*Your goal:* The lines from the top of the data down to the line with "#24=DIRECTION('',(0.,0.,-1.));" should be repeated exactly, both ends included.

*Saved entries:*
"""

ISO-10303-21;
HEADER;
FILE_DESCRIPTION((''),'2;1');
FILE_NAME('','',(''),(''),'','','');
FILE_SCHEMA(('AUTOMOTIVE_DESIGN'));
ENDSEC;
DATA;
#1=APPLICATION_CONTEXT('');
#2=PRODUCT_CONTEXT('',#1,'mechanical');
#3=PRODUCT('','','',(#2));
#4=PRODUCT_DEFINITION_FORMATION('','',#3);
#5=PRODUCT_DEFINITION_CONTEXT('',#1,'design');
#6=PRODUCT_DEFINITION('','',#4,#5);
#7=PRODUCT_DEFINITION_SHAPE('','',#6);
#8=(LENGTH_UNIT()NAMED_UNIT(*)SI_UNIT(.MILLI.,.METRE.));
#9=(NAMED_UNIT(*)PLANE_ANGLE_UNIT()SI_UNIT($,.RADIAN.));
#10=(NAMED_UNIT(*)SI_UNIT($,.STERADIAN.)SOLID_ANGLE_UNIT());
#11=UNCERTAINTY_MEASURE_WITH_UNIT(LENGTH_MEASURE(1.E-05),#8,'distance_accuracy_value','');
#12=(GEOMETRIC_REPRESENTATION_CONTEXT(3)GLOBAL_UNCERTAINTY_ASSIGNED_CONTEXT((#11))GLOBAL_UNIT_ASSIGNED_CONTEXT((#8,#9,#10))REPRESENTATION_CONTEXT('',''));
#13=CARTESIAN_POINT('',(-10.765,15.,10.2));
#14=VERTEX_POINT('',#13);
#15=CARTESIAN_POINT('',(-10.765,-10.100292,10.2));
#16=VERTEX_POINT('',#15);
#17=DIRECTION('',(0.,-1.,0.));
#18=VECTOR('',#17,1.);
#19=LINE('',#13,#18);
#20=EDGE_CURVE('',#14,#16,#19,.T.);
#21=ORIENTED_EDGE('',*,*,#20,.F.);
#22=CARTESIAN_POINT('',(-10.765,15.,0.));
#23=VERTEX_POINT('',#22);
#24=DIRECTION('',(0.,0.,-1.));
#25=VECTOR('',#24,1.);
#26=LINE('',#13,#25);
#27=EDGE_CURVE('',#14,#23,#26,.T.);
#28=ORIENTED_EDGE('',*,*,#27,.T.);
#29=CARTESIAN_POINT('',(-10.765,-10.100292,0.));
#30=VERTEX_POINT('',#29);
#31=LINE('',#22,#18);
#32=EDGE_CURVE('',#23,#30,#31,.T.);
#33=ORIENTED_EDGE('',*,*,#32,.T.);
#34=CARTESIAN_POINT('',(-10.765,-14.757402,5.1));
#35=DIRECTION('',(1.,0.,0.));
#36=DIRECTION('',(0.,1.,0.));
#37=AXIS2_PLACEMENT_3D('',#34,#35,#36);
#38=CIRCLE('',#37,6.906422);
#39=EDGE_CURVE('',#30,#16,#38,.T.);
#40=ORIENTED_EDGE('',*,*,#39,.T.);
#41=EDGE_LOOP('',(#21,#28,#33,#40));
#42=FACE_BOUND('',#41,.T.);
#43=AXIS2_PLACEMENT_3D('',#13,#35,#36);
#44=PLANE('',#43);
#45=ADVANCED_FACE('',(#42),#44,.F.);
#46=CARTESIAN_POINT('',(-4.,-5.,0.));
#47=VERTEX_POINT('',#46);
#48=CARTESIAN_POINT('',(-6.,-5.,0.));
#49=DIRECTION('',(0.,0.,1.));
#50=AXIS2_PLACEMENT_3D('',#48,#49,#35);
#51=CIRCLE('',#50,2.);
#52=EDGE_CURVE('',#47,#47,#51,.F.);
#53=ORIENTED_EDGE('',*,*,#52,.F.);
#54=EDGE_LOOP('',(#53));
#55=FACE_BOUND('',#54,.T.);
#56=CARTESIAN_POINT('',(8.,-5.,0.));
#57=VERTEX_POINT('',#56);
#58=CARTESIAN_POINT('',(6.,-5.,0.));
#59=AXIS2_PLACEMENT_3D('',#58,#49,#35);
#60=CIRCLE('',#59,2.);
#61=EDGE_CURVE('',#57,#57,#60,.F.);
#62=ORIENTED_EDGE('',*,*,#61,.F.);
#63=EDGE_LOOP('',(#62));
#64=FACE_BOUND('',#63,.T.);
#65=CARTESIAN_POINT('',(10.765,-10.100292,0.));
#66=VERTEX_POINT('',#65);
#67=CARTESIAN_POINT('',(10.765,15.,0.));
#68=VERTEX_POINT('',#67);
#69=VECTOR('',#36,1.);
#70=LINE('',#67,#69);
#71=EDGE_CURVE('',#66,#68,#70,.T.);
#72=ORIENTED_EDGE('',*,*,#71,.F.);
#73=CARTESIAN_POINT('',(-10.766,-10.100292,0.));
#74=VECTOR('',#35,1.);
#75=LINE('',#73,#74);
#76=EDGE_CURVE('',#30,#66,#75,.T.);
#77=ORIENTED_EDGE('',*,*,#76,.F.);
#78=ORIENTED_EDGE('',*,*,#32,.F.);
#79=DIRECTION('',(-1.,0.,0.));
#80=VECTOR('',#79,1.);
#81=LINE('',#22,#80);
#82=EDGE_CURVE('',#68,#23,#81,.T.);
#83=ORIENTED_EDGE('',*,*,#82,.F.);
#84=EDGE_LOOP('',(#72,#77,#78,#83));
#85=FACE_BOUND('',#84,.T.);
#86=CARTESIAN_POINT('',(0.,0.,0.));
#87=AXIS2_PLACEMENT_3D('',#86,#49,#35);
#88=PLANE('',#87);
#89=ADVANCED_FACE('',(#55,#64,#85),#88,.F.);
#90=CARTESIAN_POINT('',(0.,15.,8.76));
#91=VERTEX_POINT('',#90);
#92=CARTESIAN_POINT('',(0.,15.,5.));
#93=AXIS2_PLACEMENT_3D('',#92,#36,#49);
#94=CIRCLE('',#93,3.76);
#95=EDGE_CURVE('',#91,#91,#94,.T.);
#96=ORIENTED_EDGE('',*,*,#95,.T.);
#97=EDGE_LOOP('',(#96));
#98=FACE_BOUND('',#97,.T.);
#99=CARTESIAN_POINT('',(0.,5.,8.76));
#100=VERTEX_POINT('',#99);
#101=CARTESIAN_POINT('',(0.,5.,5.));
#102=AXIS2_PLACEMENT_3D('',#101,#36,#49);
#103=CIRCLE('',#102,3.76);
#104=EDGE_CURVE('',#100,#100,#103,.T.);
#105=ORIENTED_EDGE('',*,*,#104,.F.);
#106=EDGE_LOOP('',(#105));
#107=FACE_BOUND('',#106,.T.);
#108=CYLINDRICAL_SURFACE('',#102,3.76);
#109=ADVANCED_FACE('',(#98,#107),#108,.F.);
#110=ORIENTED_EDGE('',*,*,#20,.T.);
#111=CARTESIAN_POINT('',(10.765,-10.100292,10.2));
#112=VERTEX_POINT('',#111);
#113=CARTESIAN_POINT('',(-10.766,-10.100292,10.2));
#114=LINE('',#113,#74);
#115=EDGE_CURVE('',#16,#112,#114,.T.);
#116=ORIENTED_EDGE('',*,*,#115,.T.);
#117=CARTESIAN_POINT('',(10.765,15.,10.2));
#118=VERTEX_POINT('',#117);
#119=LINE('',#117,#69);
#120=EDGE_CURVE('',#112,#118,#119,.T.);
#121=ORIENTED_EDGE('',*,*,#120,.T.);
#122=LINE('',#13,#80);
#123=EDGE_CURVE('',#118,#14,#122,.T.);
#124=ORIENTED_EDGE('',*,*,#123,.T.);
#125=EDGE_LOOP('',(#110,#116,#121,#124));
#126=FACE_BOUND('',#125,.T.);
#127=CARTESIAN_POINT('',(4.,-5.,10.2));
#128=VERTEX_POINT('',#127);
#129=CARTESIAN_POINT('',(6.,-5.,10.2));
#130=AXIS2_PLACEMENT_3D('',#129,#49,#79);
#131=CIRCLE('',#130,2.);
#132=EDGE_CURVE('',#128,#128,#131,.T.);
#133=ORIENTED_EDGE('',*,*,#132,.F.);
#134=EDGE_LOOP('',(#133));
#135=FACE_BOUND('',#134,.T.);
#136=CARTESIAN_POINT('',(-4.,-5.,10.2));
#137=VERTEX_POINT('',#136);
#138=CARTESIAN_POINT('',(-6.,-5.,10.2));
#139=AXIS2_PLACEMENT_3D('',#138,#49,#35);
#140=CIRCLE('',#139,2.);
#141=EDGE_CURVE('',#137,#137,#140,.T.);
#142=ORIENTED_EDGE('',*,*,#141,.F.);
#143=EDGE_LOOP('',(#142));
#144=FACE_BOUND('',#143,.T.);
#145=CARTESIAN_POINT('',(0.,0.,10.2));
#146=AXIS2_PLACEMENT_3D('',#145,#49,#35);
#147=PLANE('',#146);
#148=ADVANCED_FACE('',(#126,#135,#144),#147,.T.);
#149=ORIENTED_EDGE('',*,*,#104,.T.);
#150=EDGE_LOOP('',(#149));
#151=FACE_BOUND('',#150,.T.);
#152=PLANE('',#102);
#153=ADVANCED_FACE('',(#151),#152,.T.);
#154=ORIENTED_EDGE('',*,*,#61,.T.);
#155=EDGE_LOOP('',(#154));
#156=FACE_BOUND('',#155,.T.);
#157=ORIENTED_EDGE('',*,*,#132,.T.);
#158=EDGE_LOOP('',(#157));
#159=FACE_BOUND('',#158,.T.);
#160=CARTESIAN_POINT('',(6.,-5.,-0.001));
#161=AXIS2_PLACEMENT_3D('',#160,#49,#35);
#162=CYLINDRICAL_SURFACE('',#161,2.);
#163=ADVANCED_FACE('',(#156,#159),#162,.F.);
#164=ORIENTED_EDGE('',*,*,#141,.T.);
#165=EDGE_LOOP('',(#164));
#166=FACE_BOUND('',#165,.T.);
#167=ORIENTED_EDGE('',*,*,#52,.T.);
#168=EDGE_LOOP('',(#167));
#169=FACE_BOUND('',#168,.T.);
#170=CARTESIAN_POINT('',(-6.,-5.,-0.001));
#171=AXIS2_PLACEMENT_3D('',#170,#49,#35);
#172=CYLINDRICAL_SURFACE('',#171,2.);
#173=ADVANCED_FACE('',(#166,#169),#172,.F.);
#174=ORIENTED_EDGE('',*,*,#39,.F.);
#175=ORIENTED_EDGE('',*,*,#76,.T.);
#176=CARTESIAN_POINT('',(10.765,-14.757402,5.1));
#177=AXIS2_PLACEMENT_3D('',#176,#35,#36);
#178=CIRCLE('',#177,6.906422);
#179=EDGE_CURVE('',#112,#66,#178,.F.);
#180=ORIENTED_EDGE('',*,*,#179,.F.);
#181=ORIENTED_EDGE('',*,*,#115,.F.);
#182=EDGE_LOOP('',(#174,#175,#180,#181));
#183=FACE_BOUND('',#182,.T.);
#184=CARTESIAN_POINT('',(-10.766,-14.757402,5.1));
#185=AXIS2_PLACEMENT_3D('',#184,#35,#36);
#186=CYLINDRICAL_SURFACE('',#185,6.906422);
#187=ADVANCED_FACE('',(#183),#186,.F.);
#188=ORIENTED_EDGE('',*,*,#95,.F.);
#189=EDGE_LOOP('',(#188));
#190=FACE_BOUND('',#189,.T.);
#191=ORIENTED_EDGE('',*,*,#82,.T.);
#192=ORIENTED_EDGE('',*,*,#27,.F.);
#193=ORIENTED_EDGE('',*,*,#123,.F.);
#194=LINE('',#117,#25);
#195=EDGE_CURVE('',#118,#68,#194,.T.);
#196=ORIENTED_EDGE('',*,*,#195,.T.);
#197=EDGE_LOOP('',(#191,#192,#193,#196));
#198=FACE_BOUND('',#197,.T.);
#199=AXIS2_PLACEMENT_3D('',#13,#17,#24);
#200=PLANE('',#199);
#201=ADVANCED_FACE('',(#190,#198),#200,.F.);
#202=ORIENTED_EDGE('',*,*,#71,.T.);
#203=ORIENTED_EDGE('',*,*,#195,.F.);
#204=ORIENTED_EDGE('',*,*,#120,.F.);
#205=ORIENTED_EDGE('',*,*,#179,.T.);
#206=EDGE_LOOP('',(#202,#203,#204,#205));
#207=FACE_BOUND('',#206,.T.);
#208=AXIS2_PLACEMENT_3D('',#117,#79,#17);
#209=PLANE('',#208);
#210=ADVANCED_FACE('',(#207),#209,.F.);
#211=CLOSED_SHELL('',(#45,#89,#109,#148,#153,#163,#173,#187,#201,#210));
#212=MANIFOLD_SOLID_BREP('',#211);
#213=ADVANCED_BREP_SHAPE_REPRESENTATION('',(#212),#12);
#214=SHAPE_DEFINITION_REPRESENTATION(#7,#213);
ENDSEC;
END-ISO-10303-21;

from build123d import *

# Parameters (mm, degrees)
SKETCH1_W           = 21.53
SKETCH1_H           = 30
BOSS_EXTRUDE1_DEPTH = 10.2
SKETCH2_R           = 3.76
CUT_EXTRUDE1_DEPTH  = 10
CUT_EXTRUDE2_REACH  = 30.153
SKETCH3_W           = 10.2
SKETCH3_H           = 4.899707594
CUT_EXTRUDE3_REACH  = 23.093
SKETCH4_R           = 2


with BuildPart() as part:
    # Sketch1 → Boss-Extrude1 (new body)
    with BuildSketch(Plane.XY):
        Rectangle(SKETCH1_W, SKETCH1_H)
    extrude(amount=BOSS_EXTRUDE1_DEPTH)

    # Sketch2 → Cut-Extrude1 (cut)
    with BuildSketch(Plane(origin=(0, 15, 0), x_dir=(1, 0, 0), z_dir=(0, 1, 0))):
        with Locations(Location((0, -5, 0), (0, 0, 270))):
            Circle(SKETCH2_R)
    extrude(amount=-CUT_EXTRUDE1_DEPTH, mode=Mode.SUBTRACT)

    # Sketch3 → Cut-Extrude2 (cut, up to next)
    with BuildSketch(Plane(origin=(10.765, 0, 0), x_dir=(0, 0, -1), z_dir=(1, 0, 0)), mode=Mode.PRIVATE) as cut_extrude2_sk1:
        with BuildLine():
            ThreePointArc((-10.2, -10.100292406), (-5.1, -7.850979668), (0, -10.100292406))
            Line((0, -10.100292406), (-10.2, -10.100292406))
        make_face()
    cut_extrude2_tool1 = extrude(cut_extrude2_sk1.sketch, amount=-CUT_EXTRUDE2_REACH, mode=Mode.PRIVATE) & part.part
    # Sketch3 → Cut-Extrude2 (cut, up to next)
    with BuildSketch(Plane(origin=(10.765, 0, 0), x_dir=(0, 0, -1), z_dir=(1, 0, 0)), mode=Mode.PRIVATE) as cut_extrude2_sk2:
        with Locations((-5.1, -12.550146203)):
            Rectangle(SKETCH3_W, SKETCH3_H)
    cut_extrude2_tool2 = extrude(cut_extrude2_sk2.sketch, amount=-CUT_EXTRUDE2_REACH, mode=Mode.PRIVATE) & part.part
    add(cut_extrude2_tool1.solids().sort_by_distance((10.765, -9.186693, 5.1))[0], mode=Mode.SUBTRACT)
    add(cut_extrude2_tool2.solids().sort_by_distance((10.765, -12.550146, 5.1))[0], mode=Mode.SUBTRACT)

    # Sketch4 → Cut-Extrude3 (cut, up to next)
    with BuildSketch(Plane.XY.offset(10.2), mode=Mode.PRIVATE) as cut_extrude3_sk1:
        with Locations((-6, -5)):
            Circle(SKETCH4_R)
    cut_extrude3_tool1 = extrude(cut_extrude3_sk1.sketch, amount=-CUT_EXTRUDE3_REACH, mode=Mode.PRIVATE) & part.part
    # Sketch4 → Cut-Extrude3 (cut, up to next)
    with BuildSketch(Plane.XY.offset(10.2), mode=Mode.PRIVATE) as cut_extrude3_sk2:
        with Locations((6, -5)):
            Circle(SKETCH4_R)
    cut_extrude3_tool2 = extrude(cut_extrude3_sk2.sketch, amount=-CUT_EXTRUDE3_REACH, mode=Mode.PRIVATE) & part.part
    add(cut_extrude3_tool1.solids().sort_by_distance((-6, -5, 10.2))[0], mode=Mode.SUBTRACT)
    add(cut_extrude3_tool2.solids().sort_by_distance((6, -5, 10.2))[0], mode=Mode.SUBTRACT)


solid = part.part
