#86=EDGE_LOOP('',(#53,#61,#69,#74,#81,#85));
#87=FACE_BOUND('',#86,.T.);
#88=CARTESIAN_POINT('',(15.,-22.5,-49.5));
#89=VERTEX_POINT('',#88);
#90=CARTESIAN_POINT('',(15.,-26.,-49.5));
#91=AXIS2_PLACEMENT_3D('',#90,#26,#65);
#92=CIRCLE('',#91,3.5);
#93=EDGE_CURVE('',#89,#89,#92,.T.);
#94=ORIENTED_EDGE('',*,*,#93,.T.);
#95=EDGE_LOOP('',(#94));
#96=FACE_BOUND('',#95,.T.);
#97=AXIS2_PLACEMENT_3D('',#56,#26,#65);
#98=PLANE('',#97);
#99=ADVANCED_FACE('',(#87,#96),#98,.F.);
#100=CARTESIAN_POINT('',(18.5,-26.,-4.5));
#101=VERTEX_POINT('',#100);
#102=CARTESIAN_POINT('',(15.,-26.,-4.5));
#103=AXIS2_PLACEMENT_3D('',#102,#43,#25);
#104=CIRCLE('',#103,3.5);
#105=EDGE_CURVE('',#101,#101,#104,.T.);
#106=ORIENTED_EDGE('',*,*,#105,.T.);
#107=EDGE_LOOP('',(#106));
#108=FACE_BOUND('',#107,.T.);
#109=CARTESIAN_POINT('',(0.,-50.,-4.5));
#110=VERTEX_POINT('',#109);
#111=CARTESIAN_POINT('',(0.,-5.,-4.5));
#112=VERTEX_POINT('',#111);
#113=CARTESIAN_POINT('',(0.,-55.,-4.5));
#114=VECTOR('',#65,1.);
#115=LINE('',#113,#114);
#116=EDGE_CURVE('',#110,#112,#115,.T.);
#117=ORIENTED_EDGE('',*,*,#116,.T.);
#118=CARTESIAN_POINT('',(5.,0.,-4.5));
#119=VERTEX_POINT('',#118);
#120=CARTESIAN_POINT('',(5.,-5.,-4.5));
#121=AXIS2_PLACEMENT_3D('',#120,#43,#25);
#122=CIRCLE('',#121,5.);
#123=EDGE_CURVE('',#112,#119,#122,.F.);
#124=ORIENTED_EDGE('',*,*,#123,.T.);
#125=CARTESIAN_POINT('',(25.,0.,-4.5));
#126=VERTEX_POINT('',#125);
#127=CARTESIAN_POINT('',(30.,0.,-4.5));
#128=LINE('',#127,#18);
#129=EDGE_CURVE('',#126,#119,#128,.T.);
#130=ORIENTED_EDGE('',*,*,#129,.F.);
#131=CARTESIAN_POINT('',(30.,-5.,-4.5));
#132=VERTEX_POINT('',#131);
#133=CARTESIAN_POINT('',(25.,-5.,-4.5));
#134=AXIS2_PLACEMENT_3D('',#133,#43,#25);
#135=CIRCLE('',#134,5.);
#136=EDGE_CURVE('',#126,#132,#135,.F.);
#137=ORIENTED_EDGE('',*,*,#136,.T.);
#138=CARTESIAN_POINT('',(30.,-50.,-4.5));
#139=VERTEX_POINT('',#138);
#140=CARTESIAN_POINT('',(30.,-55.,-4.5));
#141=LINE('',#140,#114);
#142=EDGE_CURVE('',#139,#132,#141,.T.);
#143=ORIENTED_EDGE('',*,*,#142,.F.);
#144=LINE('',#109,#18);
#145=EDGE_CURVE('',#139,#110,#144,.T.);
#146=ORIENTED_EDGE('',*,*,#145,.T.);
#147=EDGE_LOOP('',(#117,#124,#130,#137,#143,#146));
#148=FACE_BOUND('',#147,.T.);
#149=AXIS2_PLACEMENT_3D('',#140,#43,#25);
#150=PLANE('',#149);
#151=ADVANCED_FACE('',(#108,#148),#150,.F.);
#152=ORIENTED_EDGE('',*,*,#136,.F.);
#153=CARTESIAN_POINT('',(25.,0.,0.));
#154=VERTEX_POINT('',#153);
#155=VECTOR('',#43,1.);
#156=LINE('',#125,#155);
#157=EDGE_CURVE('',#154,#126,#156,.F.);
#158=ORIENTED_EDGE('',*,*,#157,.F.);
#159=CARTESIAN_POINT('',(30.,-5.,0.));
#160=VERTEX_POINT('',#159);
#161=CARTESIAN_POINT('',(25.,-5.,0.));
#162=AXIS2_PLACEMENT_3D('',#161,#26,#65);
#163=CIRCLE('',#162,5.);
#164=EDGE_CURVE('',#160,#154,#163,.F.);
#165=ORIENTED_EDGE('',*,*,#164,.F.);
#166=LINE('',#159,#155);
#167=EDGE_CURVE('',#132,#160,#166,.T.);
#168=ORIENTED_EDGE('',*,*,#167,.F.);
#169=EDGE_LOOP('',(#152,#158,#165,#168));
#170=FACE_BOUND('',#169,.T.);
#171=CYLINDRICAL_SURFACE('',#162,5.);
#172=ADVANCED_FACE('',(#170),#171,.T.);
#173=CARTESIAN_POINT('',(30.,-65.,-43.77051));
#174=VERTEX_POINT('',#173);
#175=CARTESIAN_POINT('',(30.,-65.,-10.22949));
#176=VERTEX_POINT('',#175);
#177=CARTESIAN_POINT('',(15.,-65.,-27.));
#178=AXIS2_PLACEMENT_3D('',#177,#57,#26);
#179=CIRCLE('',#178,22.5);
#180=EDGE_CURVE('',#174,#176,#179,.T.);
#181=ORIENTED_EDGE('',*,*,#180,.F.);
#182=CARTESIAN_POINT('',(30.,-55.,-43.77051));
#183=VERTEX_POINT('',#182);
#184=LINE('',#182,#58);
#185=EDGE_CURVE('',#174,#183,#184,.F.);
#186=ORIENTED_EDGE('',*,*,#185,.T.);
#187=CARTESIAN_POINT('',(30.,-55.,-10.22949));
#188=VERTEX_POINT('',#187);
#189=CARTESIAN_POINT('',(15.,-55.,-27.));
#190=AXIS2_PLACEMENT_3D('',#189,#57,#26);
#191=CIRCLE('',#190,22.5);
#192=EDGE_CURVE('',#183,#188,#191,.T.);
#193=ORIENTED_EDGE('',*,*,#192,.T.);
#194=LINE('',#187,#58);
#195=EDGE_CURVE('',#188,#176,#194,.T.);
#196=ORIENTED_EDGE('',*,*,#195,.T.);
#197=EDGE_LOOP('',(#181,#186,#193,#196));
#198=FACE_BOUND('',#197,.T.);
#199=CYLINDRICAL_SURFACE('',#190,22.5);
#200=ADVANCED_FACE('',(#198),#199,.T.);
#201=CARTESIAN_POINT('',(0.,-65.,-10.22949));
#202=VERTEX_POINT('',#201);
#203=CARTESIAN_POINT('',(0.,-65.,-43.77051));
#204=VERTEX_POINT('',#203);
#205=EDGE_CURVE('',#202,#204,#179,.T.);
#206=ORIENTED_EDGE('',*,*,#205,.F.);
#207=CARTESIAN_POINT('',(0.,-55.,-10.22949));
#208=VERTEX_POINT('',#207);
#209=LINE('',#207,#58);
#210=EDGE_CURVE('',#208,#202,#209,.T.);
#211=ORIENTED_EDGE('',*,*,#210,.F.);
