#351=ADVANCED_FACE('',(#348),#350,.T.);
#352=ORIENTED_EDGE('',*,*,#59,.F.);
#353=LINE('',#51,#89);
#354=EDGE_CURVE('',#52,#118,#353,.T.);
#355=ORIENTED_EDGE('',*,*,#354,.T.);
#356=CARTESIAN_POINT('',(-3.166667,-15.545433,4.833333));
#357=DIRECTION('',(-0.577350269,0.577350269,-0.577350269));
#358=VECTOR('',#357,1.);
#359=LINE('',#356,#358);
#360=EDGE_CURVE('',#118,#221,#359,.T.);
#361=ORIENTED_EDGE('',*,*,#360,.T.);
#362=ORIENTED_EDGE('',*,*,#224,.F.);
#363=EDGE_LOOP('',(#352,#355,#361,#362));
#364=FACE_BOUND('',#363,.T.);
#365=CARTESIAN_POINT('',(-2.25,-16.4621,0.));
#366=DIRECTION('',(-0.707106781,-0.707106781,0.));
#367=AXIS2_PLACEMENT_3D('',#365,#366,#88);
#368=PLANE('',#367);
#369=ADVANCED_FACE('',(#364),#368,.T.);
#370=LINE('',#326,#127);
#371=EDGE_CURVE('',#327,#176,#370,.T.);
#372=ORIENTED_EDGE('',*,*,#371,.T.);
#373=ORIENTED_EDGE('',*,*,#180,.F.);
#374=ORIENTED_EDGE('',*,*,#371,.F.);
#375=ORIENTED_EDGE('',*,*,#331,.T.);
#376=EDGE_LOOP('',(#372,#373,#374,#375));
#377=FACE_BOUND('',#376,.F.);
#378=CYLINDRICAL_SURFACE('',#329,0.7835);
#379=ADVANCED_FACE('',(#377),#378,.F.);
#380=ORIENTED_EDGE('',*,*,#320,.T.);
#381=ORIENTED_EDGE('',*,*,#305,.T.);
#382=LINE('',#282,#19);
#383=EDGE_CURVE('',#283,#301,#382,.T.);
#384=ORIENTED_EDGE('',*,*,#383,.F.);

"""

*The completed task:*
ISO-10303-21;
HEADER;
FILE_DESCRIPTION((''),'2;1');
FILE_NAME('','',(''),(''),'','','');
FILE_SCHEMA(('AUTOMOTIVE_DESIGN'));
ENDSEC;
DATA;
#1=APPLICATION_CONTEXT('');
#2=PRODUCT_CONTEXT('',#1,'mechanical');
#3=PRODUCT('','','',(#2));
#4=PRODUCT_DEFINITION_FORMATION('','',#3);
#5=PRODUCT_DEFINITION_CONTEXT('',#1,'design');
#6=PRODUCT_DEFINITION('','',#4,#5);
#7=PRODUCT_DEFINITION_SHAPE('','',#6);
#8=(LENGTH_UNIT()NAMED_UNIT(*)SI_UNIT(.MILLI.,.METRE.));
#9=(NAMED_UNIT(*)PLANE_ANGLE_UNIT()SI_UNIT($,.RADIAN.));
#10=(NAMED_UNIT(*)SI_UNIT($,.STERADIAN.)SOLID_ANGLE_UNIT());
#11=UNCERTAINTY_MEASURE_WITH_UNIT(LENGTH_MEASURE(1.E-05),#8,'distance_accuracy_value','');
#12=(GEOMETRIC_REPRESENTATION_CONTEXT(3)GLOBAL_UNCERTAINTY_ASSIGNED_CONTEXT((#11))GLOBAL_UNIT_ASSIGNED_CONTEXT((#8,#9,#10))REPRESENTATION_CONTEXT('',''));
#13=CARTESIAN_POINT('',(-10.765,15.,10.2));
#14=VERTEX_POINT('',#13);
#15=CARTESIAN_POINT('',(-10.765,-10.100292,10.2));
#16=VERTEX_POINT('',#15);
#17=DIRECTION('',(0.,-1.,0.));
#18=VECTOR('',#17,1.);
#19=LINE('',#13,#18);
#20=EDGE_CURVE('',#14,#16,#19,.T.);
#21=ORIENTED_EDGE('',*,*,#20,.F.);
#22=CARTESIAN_POINT('',(-10.765,15.,0.));
#23=VERTEX_POINT('',#22);
#24=DIRECTION('',(0.,0.,-1.));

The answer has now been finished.